Double-dome superconductivity in germanium phosphides

Abstract

High pressure techniques have attracted massive attention in the investigation of the structural phase transitions and unexpected physical properties of layered 2D materials. Germanium phosphides possess a similar layered structure to black phosphorus (BP) and much better electronic transport capability in their enriched compositions. However, the detailed phase diagram for the Ge–P systems thus far remains incomplete. In this work, by the use of the particle swarm optimization method and first-principles calculations, we have identified a series of pressure-induced novel structures in phosphorous-rich germanides with various Ge and P atomic ratios ranging from 1 : 1 to 1 : 5, in which phonon-mediated superconductors are revealed. Our calculations demonstrate that the superconductors exhibit an unusual M-shaped double dome character.

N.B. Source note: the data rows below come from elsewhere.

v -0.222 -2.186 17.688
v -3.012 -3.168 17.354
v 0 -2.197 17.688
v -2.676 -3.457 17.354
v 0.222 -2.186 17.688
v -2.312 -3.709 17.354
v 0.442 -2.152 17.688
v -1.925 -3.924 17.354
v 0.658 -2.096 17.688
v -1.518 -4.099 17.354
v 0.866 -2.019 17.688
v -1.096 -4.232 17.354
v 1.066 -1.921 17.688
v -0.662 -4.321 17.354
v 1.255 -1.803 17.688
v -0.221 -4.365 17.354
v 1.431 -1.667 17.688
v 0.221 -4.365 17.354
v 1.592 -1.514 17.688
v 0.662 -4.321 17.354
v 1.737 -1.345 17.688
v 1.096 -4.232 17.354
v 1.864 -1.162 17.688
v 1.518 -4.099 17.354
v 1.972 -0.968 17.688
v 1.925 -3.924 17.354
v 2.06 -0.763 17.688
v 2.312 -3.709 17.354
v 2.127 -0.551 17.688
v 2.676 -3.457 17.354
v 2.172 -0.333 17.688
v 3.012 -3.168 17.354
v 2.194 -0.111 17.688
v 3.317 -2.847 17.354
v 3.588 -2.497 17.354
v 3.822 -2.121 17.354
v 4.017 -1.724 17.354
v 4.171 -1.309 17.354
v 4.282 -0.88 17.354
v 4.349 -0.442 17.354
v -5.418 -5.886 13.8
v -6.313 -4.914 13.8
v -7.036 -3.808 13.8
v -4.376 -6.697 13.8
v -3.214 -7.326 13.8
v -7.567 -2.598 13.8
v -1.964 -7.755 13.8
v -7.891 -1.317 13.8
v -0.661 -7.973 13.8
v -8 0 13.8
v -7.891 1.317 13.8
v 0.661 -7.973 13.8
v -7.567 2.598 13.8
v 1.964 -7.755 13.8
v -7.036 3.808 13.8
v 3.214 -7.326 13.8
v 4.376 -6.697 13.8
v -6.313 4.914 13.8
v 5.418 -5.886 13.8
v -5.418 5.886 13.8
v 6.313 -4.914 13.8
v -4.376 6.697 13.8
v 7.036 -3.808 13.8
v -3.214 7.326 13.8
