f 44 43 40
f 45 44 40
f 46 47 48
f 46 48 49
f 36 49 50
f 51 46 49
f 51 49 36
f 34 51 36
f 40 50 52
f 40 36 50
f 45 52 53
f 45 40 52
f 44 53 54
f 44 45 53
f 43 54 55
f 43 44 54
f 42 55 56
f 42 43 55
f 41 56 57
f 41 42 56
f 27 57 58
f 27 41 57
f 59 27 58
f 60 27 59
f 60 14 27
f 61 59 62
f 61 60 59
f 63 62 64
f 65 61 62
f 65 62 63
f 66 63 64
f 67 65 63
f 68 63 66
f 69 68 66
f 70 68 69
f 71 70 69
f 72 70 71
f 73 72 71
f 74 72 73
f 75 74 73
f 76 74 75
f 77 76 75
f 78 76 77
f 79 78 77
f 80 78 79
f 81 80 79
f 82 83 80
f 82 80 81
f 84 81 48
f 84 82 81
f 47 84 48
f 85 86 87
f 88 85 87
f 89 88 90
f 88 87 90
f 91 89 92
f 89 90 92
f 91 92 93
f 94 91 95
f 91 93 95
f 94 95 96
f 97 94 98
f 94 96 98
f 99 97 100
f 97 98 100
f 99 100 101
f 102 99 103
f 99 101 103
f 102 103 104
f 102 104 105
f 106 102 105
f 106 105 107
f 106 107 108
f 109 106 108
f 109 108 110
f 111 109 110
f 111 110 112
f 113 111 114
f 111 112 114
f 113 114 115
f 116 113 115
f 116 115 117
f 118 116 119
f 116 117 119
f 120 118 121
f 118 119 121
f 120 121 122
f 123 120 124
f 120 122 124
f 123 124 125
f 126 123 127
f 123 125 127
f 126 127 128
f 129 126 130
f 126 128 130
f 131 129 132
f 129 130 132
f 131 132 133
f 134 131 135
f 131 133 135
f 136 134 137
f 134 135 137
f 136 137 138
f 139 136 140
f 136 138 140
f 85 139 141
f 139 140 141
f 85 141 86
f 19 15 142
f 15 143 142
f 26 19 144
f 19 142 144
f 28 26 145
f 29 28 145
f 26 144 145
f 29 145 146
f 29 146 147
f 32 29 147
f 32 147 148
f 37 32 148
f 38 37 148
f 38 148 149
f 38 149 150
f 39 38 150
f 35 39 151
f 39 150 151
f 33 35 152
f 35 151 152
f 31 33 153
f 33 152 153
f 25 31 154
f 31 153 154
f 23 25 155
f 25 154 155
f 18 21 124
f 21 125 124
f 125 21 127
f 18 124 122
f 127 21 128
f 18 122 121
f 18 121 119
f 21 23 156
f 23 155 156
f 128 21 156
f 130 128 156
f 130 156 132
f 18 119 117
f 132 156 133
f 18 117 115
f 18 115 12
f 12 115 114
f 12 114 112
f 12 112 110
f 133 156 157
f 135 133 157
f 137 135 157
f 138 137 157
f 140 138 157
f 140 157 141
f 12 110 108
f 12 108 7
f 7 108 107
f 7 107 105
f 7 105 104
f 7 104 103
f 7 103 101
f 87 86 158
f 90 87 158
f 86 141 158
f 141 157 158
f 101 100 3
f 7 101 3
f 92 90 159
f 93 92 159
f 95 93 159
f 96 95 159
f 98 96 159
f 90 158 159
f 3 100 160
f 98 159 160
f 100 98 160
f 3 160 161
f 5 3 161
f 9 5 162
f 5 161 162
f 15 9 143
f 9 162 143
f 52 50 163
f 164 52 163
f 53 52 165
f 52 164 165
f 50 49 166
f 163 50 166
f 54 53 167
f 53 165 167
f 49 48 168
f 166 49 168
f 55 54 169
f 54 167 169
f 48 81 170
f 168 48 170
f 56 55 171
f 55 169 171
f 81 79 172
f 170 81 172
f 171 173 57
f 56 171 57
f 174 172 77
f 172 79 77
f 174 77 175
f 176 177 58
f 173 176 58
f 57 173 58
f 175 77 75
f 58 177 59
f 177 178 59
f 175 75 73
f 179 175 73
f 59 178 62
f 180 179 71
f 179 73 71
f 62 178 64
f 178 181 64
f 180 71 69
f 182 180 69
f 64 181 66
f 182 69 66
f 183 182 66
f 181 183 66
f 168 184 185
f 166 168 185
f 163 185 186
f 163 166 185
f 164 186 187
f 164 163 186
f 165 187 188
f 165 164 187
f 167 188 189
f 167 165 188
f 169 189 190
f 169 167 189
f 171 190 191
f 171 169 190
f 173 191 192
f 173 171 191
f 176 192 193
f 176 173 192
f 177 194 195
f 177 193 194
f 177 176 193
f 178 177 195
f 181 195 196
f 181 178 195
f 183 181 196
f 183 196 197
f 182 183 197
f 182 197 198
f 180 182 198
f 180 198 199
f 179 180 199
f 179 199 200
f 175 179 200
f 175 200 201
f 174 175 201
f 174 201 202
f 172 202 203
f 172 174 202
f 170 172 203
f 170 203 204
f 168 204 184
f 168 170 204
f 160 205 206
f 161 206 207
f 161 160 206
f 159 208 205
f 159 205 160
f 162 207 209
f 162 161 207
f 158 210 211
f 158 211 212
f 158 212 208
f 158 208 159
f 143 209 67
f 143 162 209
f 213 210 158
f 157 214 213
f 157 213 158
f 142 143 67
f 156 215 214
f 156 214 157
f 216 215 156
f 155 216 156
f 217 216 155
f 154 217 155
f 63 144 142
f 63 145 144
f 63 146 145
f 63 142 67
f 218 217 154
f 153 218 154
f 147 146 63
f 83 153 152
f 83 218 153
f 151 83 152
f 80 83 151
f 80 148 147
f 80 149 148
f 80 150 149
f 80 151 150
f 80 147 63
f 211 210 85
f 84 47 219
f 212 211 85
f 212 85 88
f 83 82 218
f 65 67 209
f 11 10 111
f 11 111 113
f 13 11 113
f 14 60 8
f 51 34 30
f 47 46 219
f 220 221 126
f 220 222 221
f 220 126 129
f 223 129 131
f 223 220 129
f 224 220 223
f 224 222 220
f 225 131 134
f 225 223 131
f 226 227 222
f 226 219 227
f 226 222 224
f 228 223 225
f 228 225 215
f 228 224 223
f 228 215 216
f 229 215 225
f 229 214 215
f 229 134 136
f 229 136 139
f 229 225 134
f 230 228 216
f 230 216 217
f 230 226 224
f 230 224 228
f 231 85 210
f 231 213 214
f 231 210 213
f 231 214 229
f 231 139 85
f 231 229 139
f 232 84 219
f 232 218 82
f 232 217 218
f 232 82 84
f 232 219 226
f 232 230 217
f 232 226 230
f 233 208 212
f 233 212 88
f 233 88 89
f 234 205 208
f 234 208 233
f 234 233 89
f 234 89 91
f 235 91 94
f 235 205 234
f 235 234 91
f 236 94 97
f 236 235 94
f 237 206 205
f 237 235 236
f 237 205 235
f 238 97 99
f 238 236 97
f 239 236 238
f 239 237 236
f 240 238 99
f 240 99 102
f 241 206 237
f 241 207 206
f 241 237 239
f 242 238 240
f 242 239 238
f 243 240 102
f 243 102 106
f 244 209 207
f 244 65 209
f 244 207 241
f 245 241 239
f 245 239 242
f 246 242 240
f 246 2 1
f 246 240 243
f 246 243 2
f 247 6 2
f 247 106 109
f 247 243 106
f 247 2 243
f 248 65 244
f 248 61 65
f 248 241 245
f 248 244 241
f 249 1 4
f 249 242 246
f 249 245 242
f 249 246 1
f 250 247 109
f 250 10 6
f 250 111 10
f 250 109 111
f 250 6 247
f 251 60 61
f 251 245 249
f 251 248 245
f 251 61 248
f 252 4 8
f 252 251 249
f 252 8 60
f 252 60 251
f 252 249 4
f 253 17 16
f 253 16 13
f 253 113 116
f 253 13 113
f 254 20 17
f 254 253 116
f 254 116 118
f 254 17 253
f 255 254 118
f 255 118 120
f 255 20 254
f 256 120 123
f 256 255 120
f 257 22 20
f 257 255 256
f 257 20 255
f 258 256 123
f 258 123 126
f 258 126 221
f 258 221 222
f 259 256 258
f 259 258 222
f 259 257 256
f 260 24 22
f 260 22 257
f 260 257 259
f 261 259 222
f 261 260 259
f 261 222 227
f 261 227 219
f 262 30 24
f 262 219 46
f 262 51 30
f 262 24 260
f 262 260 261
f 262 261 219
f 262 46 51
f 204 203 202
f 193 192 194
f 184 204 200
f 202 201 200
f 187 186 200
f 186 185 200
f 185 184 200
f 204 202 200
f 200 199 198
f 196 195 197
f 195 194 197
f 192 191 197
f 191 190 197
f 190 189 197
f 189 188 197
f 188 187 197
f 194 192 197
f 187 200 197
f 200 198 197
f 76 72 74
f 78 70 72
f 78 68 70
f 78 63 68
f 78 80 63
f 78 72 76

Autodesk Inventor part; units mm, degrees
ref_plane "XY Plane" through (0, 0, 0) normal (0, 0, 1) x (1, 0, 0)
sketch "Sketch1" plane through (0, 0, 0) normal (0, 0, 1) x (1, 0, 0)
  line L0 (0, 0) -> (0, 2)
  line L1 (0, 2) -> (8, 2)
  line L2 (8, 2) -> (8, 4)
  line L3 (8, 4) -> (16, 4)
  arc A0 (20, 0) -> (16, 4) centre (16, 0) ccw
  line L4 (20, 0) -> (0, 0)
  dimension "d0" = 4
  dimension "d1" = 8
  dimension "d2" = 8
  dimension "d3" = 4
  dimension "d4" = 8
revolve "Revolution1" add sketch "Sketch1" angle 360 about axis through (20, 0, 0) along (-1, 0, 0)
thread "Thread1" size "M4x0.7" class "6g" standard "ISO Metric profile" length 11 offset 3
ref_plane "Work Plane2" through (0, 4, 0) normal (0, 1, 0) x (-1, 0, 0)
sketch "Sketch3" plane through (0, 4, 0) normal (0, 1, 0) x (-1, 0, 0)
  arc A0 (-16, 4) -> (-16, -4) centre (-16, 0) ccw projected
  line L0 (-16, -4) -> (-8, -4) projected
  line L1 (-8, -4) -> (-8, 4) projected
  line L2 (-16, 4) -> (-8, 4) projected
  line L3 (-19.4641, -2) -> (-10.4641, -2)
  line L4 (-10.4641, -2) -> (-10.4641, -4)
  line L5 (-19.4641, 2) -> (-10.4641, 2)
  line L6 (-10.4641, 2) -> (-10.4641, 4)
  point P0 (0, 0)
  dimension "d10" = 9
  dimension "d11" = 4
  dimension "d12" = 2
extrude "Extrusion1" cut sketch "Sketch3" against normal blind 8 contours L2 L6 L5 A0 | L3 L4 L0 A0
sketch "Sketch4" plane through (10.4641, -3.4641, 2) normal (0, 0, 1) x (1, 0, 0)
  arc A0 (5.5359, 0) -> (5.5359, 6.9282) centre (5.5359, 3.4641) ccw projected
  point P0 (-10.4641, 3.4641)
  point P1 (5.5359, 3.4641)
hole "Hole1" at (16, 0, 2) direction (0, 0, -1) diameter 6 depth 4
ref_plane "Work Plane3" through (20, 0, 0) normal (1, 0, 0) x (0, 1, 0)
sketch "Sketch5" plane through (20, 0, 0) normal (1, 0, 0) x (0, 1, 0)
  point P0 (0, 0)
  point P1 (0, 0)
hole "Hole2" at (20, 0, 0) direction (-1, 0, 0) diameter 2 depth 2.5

In the low-pressure dome, a strong electron–phonon coupling (λ ∼ 1.0) attributed to the softened phonon modes appears especially in the metallic phase of GeP within the NaCl structure, showing a T_c of 18 K at 8 GPa, whereas the high-pressure superconductivity dome is related to the peculiar band structure and the compensation of different behaviors of λ and ω_log, leading to a T_c ∼ 20 K in GeP₄ at 120 GPa, which is the highest value thus far reported in BP-based materials. The unusual finding of double dome superconductivity in Ge–P compounds can pave the way for the physical understanding of pressure-derived superconductors.